The last time we were there, Ed fell for an in-closet shoe rack—a good idea, except Ed’s shoes rarely make it into a closet. Ed has a near-religious belief in the tidying power of special storage devices. If you buy the rack, the shoes will come.
Half of the first floor of The Container Store is devoted to walk-in closet systems. Thankfully, we have no walk-in closets, so we didn’t have to fight about this. Though some people would argue we do have a walk-in closet, and we’ve chosen to use it as a bedroom. My stepdaughter recently informed us that Mariah Carey’s closet is as big as our house. “So our house is the size of a closet?” I said, sounding hurt.
“No.” She gave me the implied
duh
. “I mean it’s the size of Mariah Carey’s closet.” The conversation went on in this vein for a while.
I told Ed I expected to get up in the morning and find Mariah Carey wandering forlornly through the dining room in her underwear. He raised a brow. “Wake me, will you?”

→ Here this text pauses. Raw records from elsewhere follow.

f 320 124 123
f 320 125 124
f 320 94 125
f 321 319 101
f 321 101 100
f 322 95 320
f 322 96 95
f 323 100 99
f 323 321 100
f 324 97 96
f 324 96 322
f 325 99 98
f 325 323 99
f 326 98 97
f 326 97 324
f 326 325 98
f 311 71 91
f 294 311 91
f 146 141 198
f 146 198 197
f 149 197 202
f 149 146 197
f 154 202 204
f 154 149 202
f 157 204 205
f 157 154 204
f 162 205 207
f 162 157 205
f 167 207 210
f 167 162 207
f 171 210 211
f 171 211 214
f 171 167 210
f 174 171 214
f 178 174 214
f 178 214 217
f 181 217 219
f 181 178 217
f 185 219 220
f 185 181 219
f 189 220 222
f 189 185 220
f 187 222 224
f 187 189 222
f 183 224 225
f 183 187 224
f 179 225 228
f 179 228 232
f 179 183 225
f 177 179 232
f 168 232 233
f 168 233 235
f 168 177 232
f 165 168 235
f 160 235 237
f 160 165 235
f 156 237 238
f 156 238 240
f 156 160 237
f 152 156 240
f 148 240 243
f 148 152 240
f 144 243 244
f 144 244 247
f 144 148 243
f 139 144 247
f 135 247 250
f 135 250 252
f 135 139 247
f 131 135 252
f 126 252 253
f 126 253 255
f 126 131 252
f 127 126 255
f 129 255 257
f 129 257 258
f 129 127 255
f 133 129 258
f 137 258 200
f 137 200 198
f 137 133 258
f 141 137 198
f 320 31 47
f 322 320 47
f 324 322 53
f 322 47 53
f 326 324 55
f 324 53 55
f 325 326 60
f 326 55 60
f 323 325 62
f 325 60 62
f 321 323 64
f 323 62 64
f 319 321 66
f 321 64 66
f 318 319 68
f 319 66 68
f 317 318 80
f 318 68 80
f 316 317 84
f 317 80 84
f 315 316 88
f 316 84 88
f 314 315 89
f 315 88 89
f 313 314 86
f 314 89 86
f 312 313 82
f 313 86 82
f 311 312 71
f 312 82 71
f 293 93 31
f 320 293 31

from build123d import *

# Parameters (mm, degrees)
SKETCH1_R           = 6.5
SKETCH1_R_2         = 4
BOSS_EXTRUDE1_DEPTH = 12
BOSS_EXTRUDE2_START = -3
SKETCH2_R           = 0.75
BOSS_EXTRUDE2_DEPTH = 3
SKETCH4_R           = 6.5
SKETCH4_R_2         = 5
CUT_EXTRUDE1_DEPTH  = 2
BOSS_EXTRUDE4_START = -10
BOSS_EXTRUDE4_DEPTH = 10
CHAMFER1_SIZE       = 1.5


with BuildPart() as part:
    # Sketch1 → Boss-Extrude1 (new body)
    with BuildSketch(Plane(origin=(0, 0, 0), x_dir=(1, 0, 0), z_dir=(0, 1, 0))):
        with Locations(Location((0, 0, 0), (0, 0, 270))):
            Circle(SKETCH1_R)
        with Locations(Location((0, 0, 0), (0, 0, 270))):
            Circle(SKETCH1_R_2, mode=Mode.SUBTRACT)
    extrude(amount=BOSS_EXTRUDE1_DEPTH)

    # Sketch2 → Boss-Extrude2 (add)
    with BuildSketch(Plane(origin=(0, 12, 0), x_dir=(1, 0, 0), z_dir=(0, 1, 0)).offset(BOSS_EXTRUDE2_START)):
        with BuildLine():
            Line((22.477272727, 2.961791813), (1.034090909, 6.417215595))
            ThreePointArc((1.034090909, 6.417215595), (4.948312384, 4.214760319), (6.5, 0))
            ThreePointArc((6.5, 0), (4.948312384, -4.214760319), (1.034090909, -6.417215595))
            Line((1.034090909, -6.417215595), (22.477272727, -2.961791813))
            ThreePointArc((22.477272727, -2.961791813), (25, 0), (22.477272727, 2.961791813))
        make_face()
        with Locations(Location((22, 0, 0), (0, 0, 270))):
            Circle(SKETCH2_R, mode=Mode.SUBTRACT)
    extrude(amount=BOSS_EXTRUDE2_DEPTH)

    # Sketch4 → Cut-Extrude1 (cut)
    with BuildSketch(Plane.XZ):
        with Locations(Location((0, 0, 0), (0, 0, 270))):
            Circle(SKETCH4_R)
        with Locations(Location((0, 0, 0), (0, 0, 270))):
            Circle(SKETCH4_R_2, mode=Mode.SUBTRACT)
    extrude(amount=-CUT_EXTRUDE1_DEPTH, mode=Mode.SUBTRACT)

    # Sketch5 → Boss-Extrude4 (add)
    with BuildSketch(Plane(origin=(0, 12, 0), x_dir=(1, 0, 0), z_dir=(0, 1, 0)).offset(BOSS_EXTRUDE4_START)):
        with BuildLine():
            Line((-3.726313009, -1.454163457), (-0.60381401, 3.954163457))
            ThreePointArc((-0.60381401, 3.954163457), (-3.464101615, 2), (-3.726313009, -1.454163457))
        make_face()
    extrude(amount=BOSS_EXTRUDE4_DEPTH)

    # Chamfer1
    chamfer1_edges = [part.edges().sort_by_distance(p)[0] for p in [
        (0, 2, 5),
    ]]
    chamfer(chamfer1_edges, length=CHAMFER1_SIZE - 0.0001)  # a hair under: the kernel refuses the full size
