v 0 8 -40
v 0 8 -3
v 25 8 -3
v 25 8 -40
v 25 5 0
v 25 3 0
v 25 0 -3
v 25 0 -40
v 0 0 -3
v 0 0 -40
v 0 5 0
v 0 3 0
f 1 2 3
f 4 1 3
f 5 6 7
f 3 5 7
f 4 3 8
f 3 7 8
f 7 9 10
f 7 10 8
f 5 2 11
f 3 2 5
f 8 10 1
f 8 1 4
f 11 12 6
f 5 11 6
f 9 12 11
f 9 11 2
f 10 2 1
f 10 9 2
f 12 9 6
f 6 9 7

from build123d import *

# Parameters (mm, degrees)
SKETCH_1_W      = 25
SKETCH_1_H      = 40
EXTRUDE_1_DEPTH = 8
CHAMFER_1_SIZE  = 3


with BuildPart() as part:
    # 草图1 → 凸台-拉伸1 (new body)
    with BuildSketch(Plane(origin=(0, 0, 0), x_dir=(1, 0, 0), z_dir=(0, 1, 0))):
        with Locations((12.5, 20)):
            Rectangle(SKETCH_1_W, SKETCH_1_H)
    extrude(amount=EXTRUDE_1_DEPTH)

    # 倒角1
    chamfer_1_edges = [part.edges().sort_by_distance(p)[0] for p in [
        (12.5, 0, 0),
        (12.5, 8, 0),
    ]]
    chamfer(chamfer_1_edges, length=CHAMFER_1_SIZE)


solid = part.part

Getting back to The Container Store, I had gone away to ponder Gravity-Feed Can Racks, and when I returned, I found Ed by the built-in closet organizers, looking wistful. I could tell he aspired to be the owner of this system, the tidy, color-coordinated man with the wife who wears only suits and pumps. “Where are their sneakers?” I said. “Their sweatshirts? Where’s their
stuff?
”
“Besides,” I said, “we can’t afford to be this organized.” One wall of the closet system costs $400. I told Ed I loved him the way he was, with his T-shirts heaped on a chair and his shoes willy-nilly on the rug. I told him I didn’t want the dull man with the well-hung tan suits in The Container Store catalog. That no matter how many boxes of bank statements he kept, my love for him would remain as wide and deep as an ocean, or anyway Mariah Carey’s closet.
Night Light Fight
If my husband, Ed, had his way,
you could pop by our place any given night and see me sitting in bed, struggling to hold my head up under the weight of a night-vision headset. Ed is an early-to-sleep sort of chap, who’ll announce around 8 p.m., “Just going to change into my pj’s and read for a while.” Once he becomes horizontal, however, it’s pretty much over.

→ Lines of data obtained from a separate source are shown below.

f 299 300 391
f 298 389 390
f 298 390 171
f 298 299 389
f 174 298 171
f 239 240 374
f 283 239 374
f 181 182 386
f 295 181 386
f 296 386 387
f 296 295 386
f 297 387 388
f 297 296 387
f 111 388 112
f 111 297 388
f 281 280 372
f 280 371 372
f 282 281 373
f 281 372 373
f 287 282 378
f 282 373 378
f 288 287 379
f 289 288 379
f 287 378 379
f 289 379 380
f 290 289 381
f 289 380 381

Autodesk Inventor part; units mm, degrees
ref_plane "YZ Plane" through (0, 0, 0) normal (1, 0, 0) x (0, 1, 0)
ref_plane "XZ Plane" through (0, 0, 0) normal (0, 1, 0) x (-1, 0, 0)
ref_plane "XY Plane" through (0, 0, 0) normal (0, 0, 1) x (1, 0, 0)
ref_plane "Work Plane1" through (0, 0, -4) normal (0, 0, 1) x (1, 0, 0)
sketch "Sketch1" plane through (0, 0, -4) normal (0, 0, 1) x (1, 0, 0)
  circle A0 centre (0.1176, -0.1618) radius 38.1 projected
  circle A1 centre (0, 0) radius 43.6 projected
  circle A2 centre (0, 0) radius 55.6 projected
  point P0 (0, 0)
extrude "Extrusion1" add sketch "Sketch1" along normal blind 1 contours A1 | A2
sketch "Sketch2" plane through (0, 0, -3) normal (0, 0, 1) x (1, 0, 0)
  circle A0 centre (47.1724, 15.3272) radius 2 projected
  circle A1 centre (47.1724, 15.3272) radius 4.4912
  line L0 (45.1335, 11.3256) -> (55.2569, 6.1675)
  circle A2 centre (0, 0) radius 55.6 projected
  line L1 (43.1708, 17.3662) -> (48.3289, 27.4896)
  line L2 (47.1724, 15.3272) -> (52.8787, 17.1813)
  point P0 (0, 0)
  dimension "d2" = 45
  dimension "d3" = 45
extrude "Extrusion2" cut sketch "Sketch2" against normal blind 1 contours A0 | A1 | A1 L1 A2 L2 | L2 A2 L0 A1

This makes it difficult for yours truly, for I really
do
read in bed, including the part where you turn the page and read a second one and then a third one. Ed would like for me to do this in a quiet, motionless, pitch-dark manner. Instead, I do it in a chip-crunching, light-on, getting-in-and-out-of-bed-for-more-chips manner. In the spirit of compromise, I bought Ed earplugs and a black satin sleep mask. “It’s dashing,” I said of the mask. “You look like Antonio Banderas in
Zorro
.” This was a lie. He looked like Arlene Francis in “What’s My Line?”
“Zorro didn’t wear a sleep mask,” countered Ed. “His had eyeholes cut out.”
“It was a special fencer’s sleep mask. Come on,” I said. “That movie is all about sleep. Why do you think he writes
Z
’s everywhere?”
Ed’s argument was that as the awake person,
I
should have to wear the uncomfortable headwear.
We were inching toward the marriage counselor’s couch when in the nick of time, I found a product called Light Wedge: “The only personal reading light that has the ability to save the 50 percent of marriages that end in divorce.” It’s a thin, glowing slice of acrylic that lies on the page, enabling one to read “in the dark without keeping his or her partner awake with an irksome reflection.”